• **Exercise description**:
Among these records, which lines include "with"? Copy them out.

Records excerpted from a collection:
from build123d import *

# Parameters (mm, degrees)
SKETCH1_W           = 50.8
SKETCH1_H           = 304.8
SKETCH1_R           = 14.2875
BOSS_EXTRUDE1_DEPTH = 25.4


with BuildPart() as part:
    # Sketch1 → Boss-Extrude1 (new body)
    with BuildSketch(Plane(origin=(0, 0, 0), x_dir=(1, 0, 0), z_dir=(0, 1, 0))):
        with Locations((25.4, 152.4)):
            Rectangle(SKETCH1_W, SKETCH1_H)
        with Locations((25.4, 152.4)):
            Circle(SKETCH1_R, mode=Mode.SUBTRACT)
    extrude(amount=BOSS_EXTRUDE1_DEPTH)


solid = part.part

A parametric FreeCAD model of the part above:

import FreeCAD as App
import Part
import Sketcher

V = App.Vector
Q = App.Units.Quantity


def add_polygon(sketch, points):
    """Adds a closed chain of lines whose ends are joined by coincident constraints."""
    first, n = sketch.GeometryCount, len(points)
    for a, b in zip(points, points[1:] + points[:1]):
        sketch.addGeometry(Part.LineSegment(App.Vector(*a, 0), App.Vector(*b, 0)), False)
    for i in range(n):
        sketch.addConstraint(Sketcher.Constraint("Coincident", first + i, 2, first + (i + 1) % n, 1))

doc = App.newDocument("Part")
body = doc.addObject("PartDesign::Body", "Body")

# Sketch on XZ plane
sketch1 = doc.addObject("Sketcher::SketchObject", "Sketch")
body.addObject(sketch1)
sketch1.AttachmentSupport = (doc.XZ_Plane, [""])
sketch1.MapMode = "FlatFace"
add_polygon(sketch1, [(0, -305), (0, 0), (51, 0), (51, -305)])  # lines 0-3
sketch1.addGeometry(Part.Circle(V(25, -152, 0), V(0, 0, 1), 14), False)  # 4
sketch1.addConstraint([
    Sketcher.Constraint("Vertical", 0),
    Sketcher.Constraint("Horizontal", 1),
    Sketcher.Constraint("Vertical", 2),
    Sketcher.Constraint("Horizontal", 3),
    Sketcher.Constraint("Coincident", 0, 2, -1, 1),
    Sketcher.Constraint("DistanceX", 1, 1, 1, 2, Q("2 in")),
    Sketcher.Constraint("DistanceY", 0, 1, 0, 2, Q("12 in")),
    Sketcher.Constraint("Diameter", 4, Q("1.125 in")),
    Sketcher.Constraint("DistanceX", -1, 1, 4, 3, Q("1 in")),
    Sketcher.Constraint("DistanceY", 4, 3, -1, 1, Q("6 in")),
])
pad1 = doc.addObject("PartDesign::Pad", "Pad")
body.addObject(pad1)
pad1.Profile = sketch1
pad1.Length = Q("1 in")
pad1.Reversed = True

doc.recompute()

• **Your response**:
with BuildPart() as part:
    with BuildSketch(Plane(origin=(0, 0, 0), x_dir=(1, 0, 0), z_dir=(0, 1, 0))):
        with Locations((25.4, 152.4)):
        with Locations((25.4, 152.4)):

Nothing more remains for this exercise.